23 janvier 2015 / Opinión CIDOB, n.º 299 / E-ISSN 2014-0843

 

«Nous sommes Charlie». Tel est le message d’union que l'on pouvait entendre dimanche 11 janvier à Paris, place de la République. A l'issue de la traque qui a permis de neutraliser les responsables des attentats terroristes (7 janvier au siège de Charlie Hebdo et 8 janvier à Montrouge), citoyens français, leaders politiques (à l’exception du Front National) ainsi qu’une cinquantaine de chefs d’Etat et de gouvernements - ont participé à la gigantesque marche républicaine organisée à Paris et partout en France afin de commémorer la mort des victimes mais également et surtout pour promouvoir un message d'union nationale face au danger qui guette la France. Alors que l'enquête est encore en cours, le message d’union commence déjà à se désintégrer à la faveur des agendas politiques et du débat public sur les tenants et aboutissants de ce carnage. Aussi, pour combien de temps la France est-elle encore Charlie ?

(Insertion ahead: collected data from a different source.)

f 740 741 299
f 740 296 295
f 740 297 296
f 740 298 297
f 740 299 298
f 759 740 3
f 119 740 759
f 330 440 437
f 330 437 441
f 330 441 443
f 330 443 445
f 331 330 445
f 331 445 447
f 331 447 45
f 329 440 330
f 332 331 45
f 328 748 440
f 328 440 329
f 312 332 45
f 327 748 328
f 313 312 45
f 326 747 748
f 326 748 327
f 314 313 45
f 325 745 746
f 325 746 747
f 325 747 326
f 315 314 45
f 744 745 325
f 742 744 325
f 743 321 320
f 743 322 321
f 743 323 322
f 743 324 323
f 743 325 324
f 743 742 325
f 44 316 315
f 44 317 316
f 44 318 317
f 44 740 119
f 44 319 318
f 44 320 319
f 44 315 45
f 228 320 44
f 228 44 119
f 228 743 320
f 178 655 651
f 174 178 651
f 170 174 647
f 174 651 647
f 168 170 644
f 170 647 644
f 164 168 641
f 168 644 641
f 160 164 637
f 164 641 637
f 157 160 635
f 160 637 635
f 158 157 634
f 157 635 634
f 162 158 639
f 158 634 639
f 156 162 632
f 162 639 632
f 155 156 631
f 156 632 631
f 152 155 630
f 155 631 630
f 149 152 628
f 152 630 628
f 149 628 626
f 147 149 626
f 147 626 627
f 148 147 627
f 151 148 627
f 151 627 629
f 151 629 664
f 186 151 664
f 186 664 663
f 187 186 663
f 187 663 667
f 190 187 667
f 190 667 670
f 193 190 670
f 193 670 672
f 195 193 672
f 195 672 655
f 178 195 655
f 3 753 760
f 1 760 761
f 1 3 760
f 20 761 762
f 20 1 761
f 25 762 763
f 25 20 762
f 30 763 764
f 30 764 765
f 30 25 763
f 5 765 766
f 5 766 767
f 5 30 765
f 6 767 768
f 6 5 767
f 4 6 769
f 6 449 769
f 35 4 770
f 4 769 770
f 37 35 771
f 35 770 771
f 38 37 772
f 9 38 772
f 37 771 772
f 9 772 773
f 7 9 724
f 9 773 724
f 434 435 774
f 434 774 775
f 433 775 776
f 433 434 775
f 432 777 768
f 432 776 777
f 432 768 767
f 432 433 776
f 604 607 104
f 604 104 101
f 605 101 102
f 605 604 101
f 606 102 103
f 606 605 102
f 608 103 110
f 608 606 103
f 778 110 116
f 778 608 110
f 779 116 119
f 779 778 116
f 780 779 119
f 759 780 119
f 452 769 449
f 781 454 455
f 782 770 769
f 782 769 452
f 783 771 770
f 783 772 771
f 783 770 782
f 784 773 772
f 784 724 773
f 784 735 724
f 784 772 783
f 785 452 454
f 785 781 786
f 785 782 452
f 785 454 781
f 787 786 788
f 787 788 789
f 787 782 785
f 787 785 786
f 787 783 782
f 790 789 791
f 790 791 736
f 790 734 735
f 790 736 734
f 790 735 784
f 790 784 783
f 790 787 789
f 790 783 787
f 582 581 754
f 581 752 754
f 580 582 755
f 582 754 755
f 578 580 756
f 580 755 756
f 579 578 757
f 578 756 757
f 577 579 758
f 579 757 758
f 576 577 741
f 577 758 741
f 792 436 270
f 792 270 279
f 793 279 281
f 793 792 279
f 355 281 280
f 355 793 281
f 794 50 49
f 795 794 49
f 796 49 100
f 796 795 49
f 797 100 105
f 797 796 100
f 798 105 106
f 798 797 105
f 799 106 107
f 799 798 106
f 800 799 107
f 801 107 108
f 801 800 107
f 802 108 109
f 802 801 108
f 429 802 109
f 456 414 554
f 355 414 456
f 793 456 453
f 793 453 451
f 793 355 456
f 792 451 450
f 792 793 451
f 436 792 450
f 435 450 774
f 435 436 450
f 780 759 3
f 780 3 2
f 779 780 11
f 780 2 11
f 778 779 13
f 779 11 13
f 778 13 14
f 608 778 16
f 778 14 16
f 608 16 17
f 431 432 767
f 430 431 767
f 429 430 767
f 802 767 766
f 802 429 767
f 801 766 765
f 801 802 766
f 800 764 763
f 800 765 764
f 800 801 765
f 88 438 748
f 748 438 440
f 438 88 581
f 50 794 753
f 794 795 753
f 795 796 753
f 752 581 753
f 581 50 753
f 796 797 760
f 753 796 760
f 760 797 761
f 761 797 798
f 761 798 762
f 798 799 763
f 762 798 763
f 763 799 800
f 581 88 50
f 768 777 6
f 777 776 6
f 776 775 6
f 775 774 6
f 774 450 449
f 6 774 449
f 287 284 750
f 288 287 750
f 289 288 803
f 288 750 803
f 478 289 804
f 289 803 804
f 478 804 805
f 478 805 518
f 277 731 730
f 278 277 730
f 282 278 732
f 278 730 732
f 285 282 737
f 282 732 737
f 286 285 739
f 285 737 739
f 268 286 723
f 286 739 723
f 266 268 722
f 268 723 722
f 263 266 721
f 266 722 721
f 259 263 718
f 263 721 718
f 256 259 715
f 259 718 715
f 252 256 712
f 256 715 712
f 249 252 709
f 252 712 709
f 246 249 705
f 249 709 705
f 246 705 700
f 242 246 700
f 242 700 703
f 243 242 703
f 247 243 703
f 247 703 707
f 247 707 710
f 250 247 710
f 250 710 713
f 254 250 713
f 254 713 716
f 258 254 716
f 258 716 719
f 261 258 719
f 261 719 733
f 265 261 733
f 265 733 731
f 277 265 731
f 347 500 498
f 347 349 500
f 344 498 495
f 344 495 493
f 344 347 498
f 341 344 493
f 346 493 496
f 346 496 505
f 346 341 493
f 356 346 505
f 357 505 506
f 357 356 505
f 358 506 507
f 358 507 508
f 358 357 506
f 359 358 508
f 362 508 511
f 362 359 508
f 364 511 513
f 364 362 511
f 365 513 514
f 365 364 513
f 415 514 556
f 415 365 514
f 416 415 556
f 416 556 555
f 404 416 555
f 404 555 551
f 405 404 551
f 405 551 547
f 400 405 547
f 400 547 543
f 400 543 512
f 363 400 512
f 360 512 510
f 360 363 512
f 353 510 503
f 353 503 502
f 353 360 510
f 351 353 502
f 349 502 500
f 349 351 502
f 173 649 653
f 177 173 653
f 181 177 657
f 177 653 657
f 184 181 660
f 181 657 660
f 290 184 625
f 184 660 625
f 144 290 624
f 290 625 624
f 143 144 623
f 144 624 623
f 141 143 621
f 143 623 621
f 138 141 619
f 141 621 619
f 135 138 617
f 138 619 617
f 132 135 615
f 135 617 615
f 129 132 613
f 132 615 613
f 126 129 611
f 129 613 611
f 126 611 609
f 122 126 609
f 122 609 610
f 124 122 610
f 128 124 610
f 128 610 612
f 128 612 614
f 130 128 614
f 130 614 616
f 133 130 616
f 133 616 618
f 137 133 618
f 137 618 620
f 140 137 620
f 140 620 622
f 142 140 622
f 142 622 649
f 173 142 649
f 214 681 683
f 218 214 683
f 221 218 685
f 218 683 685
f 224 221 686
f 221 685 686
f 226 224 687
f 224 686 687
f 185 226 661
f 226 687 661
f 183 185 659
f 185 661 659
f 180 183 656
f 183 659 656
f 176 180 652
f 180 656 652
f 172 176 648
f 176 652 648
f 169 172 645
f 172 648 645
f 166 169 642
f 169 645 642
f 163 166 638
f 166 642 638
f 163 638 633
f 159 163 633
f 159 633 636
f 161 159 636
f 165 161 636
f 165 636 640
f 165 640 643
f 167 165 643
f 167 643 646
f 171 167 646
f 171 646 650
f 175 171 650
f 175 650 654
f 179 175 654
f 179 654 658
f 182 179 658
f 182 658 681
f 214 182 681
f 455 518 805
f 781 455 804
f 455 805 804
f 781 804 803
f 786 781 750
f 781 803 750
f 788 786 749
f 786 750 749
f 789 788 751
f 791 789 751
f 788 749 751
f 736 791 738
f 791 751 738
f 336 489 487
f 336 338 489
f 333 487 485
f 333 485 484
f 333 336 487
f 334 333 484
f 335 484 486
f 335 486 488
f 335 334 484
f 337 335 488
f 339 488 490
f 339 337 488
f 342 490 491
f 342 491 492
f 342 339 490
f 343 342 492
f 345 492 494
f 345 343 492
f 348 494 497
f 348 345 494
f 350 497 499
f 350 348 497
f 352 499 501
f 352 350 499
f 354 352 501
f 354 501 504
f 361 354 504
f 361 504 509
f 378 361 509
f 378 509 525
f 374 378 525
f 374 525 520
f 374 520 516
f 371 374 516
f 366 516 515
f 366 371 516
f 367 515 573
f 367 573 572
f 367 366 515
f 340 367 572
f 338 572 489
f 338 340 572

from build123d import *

Si l'année 2014 s’est achevée sur l'idée du Suicide français, titre et thématique de l'ouvrage de l'essayiste et journaliste Eric Zemmour, 2015 a débuté par l'attentat le plus meurtrier sur le sol français depuis plus d'un siècle et demi. En guise de réponse, près de 4 millions de personnes ont défilé dans les rues de l'Hexagone dimanche 11 janvier: il s'agit de la plus grande mobilisation en France depuis la Libération. S'agirait-il d'un « sursaut français » en réponse au prétendu Suicide français? Comme dans tout événement tragique de ce genre, à l'émotion succède le débat sur les responsabilités à imputer et les leçons à tirer.

En premier lieu, ces évènements frappent par la forte charge symbolique qu'ils incarnent. D’abord du côté des victimes: Charlie Hebdo, un hebdomadaire satirique surtout connu depuis février 2006 pour ses caricatures à l'endroit du Prophète Mohamed. Les fortes controverses et réactions parfois très violentes qu'il avait suscitées (incendie d'origine criminelle le 2 novembre 2011) l'avaient érigé en sorte de symbole de la liberté d'expression. Puis l'assassinat d’une fonctionnaire de police à Montrouge, symbole de l’Etat français. Enfin, des Français de confession juive pris en otage dans un supermarché casher en plein Paris. Quatre d’entre eux ont été tués.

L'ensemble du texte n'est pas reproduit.